Data for analysis:
>>>

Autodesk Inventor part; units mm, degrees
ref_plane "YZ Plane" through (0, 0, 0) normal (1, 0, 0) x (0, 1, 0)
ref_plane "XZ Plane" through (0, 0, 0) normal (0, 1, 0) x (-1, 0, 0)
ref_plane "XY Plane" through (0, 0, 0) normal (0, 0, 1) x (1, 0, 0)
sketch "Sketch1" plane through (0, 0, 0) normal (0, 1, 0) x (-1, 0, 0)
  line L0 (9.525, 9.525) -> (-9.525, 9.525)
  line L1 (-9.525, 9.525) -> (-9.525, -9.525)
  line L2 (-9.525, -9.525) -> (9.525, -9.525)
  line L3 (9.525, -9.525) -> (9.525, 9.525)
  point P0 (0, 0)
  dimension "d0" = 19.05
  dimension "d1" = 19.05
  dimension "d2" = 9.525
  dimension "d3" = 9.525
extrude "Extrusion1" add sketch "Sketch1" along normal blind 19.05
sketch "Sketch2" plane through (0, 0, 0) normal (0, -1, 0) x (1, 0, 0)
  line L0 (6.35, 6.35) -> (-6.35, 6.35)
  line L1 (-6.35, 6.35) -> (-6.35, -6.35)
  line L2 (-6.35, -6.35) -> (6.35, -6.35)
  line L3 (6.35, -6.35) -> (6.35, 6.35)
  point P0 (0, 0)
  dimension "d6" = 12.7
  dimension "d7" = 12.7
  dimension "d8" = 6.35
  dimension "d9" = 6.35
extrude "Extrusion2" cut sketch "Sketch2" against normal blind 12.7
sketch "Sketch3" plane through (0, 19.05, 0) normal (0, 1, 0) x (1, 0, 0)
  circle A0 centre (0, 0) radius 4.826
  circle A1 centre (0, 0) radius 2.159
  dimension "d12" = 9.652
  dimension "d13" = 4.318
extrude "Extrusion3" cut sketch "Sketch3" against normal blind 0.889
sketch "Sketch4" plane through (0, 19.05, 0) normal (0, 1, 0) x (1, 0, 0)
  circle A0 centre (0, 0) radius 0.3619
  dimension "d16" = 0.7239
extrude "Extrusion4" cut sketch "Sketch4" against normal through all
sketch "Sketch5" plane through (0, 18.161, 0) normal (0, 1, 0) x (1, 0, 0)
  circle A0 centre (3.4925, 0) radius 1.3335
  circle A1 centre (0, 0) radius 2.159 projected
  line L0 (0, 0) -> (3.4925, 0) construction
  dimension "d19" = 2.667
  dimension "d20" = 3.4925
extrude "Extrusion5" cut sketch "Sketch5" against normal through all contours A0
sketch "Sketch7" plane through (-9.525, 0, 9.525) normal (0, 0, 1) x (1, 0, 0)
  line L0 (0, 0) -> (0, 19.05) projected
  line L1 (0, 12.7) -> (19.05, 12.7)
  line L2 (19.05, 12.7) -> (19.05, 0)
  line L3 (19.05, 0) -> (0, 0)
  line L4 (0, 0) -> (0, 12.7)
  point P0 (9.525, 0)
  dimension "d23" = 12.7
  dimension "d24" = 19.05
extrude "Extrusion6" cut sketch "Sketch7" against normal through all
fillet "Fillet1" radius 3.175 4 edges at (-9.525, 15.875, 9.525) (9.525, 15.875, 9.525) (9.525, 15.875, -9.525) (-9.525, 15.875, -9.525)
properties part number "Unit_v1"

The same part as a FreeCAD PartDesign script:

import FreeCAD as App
import Part
import Sketcher

V = App.Vector
Q = App.Units.Quantity


def edges_at(feature, points):
    """Names of the edges that pass closest to the given points."""
    edges = feature.Shape.Edges
    near = lambda p: min(range(len(edges)), key=lambda i: edges[i].distToShape(Part.Vertex(*p))[0])
    return sorted({f"Edge{near(p) + 1}" for p in points})

doc = App.newDocument("Part")
body = doc.addObject("PartDesign::Body", "Body")

# Sketch on XZ plane
sketch1 = body.newObject("Sketcher::SketchObject", "Sketch")
sketch1.AttachmentSupport = (doc.getObject("XZ_Plane"), [""])
sketch1.MapMode = "FlatFace"
sketch1.addGeometry([
    Part.LineSegment(V(-10, -10, 0), V(-10, 10, 0)),
    Part.LineSegment(V(-10, 10, 0), V(10, 10, 0)),
    Part.LineSegment(V(10, 10, 0), V(10, -10, 0)),
    Part.LineSegment(V(10, -10, 0), V(-10, -10, 0)),
], False)
sketch1.addConstraint([
    Sketcher.Constraint("Coincident", 0, 2, 1, 1),
    Sketcher.Constraint("Coincident", 1, 2, 2, 1),
    Sketcher.Constraint("Coincident", 2, 2, 3, 1),
    Sketcher.Constraint("Coincident", 3, 2, 0, 1),
    Sketcher.Constraint("Vertical", 0),
    Sketcher.Constraint("Horizontal", 1),
    Sketcher.Constraint("Vertical", 2),
    Sketcher.Constraint("Horizontal", 3),
    Sketcher.Constraint("Symmetric", 0, 2, 2, 2, -1, 1),
    Sketcher.Constraint("Equal", 3, 0),
    Sketcher.Constraint("DistanceX", 1, 1, 1, 2, Q("0.75 in")),
])
pad1 = body.newObject("PartDesign::Pad", "Pad")
pad1.Profile = sketch1
pad1.Length = Q("0.75 in")
pad1.Reversed = True

# Sketch on XZ plane
sketch2 = body.newObject("Sketcher::SketchObject", "Sketch001")
sketch2.AttachmentSupport = (doc.getObject("XZ_Plane"), [""])
sketch2.MapMode = "FlatFace"
sketch2.addGeometry([
    Part.LineSegment(V(6, -6, 0), V(6, 6, 0)),
    Part.LineSegment(V(6, 6, 0), V(-6, 6, 0)),
    Part.LineSegment(V(-6, 6, 0), V(-6, -6, 0)),
    Part.LineSegment(V(-6, -6, 0), V(6, -6, 0)),
], False)
sketch2.addConstraint([
    Sketcher.Constraint("Coincident", 0, 2, 1, 1),
    Sketcher.Constraint("Coincident", 1, 2, 2, 1),
    Sketcher.Constraint("Coincident", 2, 2, 3, 1),
    Sketcher.Constraint("Coincident", 3, 2, 0, 1),
    Sketcher.Constraint("Vertical", 0),
    Sketcher.Constraint("Horizontal", 1),
    Sketcher.Constraint("Vertical", 2),
    Sketcher.Constraint("Horizontal", 3),
    Sketcher.Constraint("Symmetric", 0, 2, 2, 2, -1, 1),
    Sketcher.Constraint("Equal", 3, 0),
    Sketcher.Constraint("DistanceX", 1, 2, 1, 1, Q("0.5 in")),
])
pocket1 = body.newObject("PartDesign::Pocket", "Pocket")
pocket1.Profile = sketch2
pocket1.Length = Q("0.5 in")

# Sketch on XZ plane
sketch3 = body.newObject("Sketcher::SketchObject", "Sketch002")
sketch3.AttachmentSupport = (doc.getObject("XZ_Plane"), [""])
sketch3.MapMode = "FlatFace"
sketch3.AttachmentOffset = App.Placement(V(0, 0, -0.75 * 25.4), App.Rotation())
sketch3.addGeometry([
    Part.Circle(V(0, 0, 0), V(0, 0, 1), 4.8),
    Part.Circle(V(0, 0, 0), V(0, 0, 1), 2.2),
], False)
sketch3.addConstraint([
    Sketcher.Constraint("Coincident", 0, 3, -1, 1),
    Sketcher.Constraint("Coincident", 1, 3, -1, 1),
    Sketcher.Constraint("Diameter", 0, Q("0.38 in")),
    Sketcher.Constraint("Diameter", 1, Q("0.17 in")),
])
pocket2 = body.newObject("PartDesign::Pocket", "Pocket001")
pocket2.Profile = sketch3
pocket2.Length = Q("0.035 in")
pocket2.Reversed = True

# Sketch on XZ plane
sketch4 = body.newObject("Sketcher::SketchObject", "Sketch003")
sketch4.AttachmentSupport = (doc.getObject("XZ_Plane"), [""])
sketch4.MapMode = "FlatFace"
sketch4.AttachmentOffset = App.Placement(V(0, 0, -0.75 * 25.4), App.Rotation())
sketch4.addGeometry(Part.Circle(V(0, 0, 0), V(0, 0, 1), 0.36), False)
sketch4.addConstraint([
    Sketcher.Constraint("Coincident", 0, 3, -1, 1),
    Sketcher.Constraint("Diameter", 0, Q("0.0285 in")),
])
pocket3 = body.newObject("PartDesign::Pocket", "Pocket002")
pocket3.Profile = sketch4
pocket3.Type = "ThroughAll"
pocket3.Reversed = True

# Sketch on XZ plane
sketch5 = body.newObject("Sketcher::SketchObject", "Sketch004")
sketch5.AttachmentSupport = (doc.getObject("XZ_Plane"), [""])
sketch5.MapMode = "FlatFace"
sketch5.AttachmentOffset = App.Placement(V(0, 0, -0.715 * 25.4), App.Rotation())
sketch5.addGeometry(Part.Circle(V(3.5, 0, 0), V(0, 0, 1), 1.3), False)
sketch5.addConstraint([
    Sketcher.Constraint("PointOnObject", 0, 3, -1),
    Sketcher.Constraint("Diameter", 0, Q("0.105 in")),
    Sketcher.Constraint("DistanceX", -1, 1, 0, 3, Q("0.1375 in")),
])
pocket4 = body.newObject("PartDesign::Pocket", "Pocket003")
pocket4.Profile = sketch5
pocket4.Type = "ThroughAll"
pocket4.Reversed = True

# Sketch on XY plane
sketch6 = body.newObject("Sketcher::SketchObject", "Sketch005")
sketch6.AttachmentSupport = (doc.getObject("XY_Plane"), [""])
sketch6.MapMode = "FlatFace"
sketch6.AttachmentOffset = App.Placement(V(0, 0, 0.375 * 25.4), App.Rotation())
sketch6.addGeometry([
    Part.LineSegment(V(-10, 13, 0), V(-10, 0, 0)),
    Part.LineSegment(V(-10, 0, 0), V(10, 0, 0)),
    Part.LineSegment(V(10, 0, 0), V(10, 13, 0)),
    Part.LineSegment(V(10, 13, 0), V(-10, 13, 0)),
], False)
sketch6.addConstraint([
    Sketcher.Constraint("Coincident", 0, 2, 1, 1),
    Sketcher.Constraint("Coincident", 1, 2, 2, 1),
    Sketcher.Constraint("Coincident", 2, 2, 3, 1),
    Sketcher.Constraint("Coincident", 3, 2, 0, 1),
    Sketcher.Constraint("Vertical", 0),
    Sketcher.Constraint("Horizontal", 1),
    Sketcher.Constraint("Vertical", 2),
    Sketcher.Constraint("Horizontal", 3),
    Sketcher.Constraint("Symmetric", 0, 2, 1, 2, -1, 1),
    Sketcher.Constraint("DistanceY", 0, 2, 0, 1, Q("0.5 in")),
    Sketcher.Constraint("DistanceX", 1, 1, 1, 2, Q("0.75 in")),
])
pocket5 = body.newObject("PartDesign::Pocket", "Pocket004")
pocket5.Profile = sketch6
pocket5.Type = "ThroughAll"
doc.recompute()

fillet = body.newObject("PartDesign::Fillet", "Fillet")
fillet.Base = (pocket5, edges_at(pocket5, [
    (-9.525, 15.875, 9.525),
    (9.525, 15.875, 9.525),
    (9.525, 15.875, -9.525),
    (-9.525, 15.875, -9.525),
]))
fillet.Radius = Q("0.125 in")

doc.recompute()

<<<

Task requirements: Start at the first line of the data above. Stop after the line containing "line L1 (-9.525, 9.525) -> (-9.525, -9.525)", reproducing each line exactly and adding nothing.

Answer space:
Autodesk Inventor part; units mm, degrees
ref_plane "YZ Plane" through (0, 0, 0) normal (1, 0, 0) x (0, 1, 0)
ref_plane "XZ Plane" through (0, 0, 0) normal (0, 1, 0) x (-1, 0, 0)
ref_plane "XY Plane" through (0, 0, 0) normal (0, 0, 1) x (1, 0, 0)
sketch "Sketch1" plane through (0, 0, 0) normal (0, 1, 0) x (-1, 0, 0)
  line L0 (9.525, 9.525) -> (-9.525, 9.525)
  line L1 (-9.525, 9.525) -> (-9.525, -9.525)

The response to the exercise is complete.